§ **Prompt**
A stretch of the entries below is to be set down exactly, running from the line with "v -1.358 58.484 6.242" through the line with "v 15.76 7.62 -8.232", both included, and no other line.

(Saved data entries)

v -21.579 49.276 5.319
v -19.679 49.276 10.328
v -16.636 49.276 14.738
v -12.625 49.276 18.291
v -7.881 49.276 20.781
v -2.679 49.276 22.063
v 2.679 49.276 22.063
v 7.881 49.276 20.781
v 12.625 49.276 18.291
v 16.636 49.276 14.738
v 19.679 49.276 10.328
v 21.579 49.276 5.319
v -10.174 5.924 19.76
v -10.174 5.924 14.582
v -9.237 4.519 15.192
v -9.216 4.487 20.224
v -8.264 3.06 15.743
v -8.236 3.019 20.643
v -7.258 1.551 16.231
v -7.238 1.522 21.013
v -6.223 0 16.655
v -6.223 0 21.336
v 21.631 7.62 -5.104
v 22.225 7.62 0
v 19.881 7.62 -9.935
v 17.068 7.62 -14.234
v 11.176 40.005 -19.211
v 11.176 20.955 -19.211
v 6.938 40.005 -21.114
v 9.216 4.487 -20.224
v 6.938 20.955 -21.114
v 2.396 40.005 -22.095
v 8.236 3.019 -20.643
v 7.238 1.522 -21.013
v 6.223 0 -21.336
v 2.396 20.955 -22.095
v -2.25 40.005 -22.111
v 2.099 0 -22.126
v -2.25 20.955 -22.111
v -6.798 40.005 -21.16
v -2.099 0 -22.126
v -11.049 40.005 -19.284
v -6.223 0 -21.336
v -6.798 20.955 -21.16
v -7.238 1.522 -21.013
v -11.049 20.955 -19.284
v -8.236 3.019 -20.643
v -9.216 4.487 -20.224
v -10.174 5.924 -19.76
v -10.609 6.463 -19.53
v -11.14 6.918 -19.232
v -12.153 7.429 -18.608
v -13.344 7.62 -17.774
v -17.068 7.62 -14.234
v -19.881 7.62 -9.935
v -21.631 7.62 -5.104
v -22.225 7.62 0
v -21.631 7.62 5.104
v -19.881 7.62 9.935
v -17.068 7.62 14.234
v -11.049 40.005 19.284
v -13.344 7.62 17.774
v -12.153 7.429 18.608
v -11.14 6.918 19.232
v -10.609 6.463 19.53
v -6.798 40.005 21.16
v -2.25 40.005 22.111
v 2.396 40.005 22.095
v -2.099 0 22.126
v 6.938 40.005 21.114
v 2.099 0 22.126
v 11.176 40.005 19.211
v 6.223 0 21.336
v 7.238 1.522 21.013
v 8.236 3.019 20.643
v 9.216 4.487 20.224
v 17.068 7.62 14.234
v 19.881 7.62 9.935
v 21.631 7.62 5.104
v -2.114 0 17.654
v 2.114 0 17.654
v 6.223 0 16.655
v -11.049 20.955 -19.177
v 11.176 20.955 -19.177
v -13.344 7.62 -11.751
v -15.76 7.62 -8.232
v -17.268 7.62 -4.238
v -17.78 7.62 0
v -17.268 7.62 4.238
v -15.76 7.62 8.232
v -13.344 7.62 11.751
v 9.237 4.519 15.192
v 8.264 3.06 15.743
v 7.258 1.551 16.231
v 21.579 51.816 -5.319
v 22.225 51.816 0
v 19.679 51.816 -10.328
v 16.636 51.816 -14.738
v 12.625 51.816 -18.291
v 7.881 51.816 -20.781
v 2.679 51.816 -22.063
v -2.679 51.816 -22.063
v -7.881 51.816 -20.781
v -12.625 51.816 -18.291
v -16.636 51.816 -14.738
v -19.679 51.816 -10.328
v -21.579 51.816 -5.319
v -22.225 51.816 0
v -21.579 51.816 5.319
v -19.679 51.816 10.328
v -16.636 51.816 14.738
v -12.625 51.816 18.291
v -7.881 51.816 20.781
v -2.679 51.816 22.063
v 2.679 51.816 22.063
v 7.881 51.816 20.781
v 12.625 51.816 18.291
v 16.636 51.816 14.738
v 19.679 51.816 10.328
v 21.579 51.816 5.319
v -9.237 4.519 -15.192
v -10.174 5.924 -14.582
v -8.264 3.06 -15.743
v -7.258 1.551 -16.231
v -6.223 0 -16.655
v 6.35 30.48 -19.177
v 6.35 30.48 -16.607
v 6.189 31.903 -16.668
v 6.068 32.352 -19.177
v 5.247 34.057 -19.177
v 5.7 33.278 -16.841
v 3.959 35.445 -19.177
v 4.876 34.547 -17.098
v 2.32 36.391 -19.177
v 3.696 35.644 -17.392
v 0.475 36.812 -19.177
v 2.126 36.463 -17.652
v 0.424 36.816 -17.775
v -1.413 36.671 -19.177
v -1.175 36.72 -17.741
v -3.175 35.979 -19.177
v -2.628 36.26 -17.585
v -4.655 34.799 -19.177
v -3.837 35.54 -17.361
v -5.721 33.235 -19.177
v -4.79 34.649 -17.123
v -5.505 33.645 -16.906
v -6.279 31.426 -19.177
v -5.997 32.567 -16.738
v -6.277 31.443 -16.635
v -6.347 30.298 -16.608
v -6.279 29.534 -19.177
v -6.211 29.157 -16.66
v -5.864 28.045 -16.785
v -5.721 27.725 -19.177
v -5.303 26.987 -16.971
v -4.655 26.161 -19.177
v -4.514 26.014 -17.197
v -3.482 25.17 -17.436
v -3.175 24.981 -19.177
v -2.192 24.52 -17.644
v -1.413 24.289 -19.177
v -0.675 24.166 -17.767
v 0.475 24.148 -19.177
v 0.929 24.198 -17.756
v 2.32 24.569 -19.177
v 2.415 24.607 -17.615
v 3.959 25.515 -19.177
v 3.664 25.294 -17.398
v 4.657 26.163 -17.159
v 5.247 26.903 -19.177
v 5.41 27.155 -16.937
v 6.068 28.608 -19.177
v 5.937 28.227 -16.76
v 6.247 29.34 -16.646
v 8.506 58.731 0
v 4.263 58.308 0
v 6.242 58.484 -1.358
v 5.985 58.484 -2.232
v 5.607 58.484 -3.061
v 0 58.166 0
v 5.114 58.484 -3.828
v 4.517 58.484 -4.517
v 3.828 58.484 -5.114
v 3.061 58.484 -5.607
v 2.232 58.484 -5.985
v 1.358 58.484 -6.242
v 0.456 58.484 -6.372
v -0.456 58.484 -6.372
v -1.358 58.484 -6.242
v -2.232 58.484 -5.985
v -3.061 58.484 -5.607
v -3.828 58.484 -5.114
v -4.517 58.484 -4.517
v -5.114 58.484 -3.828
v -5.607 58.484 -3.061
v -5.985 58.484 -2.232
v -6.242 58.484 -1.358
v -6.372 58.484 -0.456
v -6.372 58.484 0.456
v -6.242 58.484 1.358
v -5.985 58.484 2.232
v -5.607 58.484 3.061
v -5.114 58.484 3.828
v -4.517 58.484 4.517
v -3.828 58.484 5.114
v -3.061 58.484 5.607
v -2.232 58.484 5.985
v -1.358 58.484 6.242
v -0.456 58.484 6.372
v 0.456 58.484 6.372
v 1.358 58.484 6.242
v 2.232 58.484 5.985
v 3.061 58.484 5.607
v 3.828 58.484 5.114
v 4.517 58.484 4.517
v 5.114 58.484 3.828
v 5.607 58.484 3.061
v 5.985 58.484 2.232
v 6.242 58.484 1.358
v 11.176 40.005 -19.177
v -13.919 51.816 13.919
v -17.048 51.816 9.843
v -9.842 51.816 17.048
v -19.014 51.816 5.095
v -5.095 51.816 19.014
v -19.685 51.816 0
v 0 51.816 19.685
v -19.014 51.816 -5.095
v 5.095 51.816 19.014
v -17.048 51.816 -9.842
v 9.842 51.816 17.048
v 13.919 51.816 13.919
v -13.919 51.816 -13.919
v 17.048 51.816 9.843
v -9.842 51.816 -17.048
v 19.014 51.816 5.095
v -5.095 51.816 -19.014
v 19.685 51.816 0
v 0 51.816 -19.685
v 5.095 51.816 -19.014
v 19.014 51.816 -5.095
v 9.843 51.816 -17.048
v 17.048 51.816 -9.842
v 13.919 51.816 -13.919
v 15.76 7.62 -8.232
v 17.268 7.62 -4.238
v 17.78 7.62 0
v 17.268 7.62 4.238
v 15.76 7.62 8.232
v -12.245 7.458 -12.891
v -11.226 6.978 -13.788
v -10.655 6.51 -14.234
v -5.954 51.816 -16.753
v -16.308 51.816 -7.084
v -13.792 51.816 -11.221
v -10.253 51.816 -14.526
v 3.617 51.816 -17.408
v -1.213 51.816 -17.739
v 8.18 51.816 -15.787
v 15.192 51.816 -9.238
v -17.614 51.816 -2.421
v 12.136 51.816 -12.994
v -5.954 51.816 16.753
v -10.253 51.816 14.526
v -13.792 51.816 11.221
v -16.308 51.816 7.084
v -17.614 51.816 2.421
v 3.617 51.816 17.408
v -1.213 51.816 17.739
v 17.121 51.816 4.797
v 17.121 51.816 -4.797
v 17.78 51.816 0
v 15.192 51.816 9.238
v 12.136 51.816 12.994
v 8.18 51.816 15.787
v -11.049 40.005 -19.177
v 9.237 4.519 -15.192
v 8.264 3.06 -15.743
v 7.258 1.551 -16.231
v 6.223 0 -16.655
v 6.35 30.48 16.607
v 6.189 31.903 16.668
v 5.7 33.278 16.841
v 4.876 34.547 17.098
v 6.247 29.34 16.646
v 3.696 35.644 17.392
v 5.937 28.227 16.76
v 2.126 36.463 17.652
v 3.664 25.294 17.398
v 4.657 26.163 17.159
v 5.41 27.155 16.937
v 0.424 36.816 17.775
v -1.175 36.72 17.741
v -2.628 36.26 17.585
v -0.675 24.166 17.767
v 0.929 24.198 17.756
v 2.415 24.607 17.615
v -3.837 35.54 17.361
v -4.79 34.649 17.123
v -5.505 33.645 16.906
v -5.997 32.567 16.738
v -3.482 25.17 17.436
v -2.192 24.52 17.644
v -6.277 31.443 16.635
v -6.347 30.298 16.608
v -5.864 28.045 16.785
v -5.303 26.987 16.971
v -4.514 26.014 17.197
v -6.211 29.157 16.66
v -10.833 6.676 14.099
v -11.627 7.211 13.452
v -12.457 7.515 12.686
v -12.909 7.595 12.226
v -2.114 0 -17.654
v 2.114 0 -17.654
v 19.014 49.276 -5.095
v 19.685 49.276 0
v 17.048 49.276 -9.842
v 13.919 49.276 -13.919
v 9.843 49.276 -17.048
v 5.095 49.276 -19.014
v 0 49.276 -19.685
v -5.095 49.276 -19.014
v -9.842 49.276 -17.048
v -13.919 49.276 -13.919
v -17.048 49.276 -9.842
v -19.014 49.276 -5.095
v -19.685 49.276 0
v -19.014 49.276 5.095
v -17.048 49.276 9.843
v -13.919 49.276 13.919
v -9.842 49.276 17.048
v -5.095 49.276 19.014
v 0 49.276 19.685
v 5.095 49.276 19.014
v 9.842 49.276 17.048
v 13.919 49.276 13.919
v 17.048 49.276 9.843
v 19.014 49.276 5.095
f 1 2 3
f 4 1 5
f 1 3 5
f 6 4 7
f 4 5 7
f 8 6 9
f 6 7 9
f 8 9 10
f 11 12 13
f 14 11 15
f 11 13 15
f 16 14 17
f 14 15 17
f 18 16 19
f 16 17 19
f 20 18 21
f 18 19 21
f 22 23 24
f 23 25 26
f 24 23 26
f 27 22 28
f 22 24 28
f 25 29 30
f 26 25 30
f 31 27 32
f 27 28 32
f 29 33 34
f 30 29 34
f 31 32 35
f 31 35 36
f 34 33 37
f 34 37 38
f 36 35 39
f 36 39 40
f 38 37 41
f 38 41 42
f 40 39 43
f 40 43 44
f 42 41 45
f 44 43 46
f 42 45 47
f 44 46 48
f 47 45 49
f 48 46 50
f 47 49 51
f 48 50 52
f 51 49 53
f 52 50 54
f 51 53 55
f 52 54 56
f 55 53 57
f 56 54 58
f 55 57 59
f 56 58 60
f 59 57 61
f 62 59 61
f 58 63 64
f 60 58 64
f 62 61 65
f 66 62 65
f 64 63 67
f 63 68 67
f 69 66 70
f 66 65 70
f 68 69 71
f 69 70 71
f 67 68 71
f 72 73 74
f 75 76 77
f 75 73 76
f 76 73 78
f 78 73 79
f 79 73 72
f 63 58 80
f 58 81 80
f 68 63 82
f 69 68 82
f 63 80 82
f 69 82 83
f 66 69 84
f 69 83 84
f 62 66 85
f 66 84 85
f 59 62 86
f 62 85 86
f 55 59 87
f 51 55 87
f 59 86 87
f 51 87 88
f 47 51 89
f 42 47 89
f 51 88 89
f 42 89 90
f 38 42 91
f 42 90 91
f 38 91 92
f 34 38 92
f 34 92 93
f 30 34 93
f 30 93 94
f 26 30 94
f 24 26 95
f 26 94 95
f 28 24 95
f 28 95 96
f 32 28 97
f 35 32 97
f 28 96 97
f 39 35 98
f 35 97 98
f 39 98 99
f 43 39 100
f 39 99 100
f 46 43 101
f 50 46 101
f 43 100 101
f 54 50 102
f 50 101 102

§ **Written answer**
v -1.358 58.484 6.242
v -0.456 58.484 6.372
v 0.456 58.484 6.372
v 1.358 58.484 6.242
v 2.232 58.484 5.985
v 3.061 58.484 5.607
v 3.828 58.484 5.114
v 4.517 58.484 4.517
v 5.114 58.484 3.828
v 5.607 58.484 3.061
v 5.985 58.484 2.232
v 6.242 58.484 1.358
v 11.176 40.005 -19.177
v -13.919 51.816 13.919
v -17.048 51.816 9.843
v -9.842 51.816 17.048
v -19.014 51.816 5.095
v -5.095 51.816 19.014
v -19.685 51.816 0
v 0 51.816 19.685
v -19.014 51.816 -5.095
v 5.095 51.816 19.014
v -17.048 51.816 -9.842
v 9.842 51.816 17.048
v 13.919 51.816 13.919
v -13.919 51.816 -13.919
v 17.048 51.816 9.843
v -9.842 51.816 -17.048
v 19.014 51.816 5.095
v -5.095 51.816 -19.014
v 19.685 51.816 0
v 0 51.816 -19.685
v 5.095 51.816 -19.014
v 19.014 51.816 -5.095
v 9.843 51.816 -17.048
v 17.048 51.816 -9.842
v 13.919 51.816 -13.919
v 15.76 7.62 -8.232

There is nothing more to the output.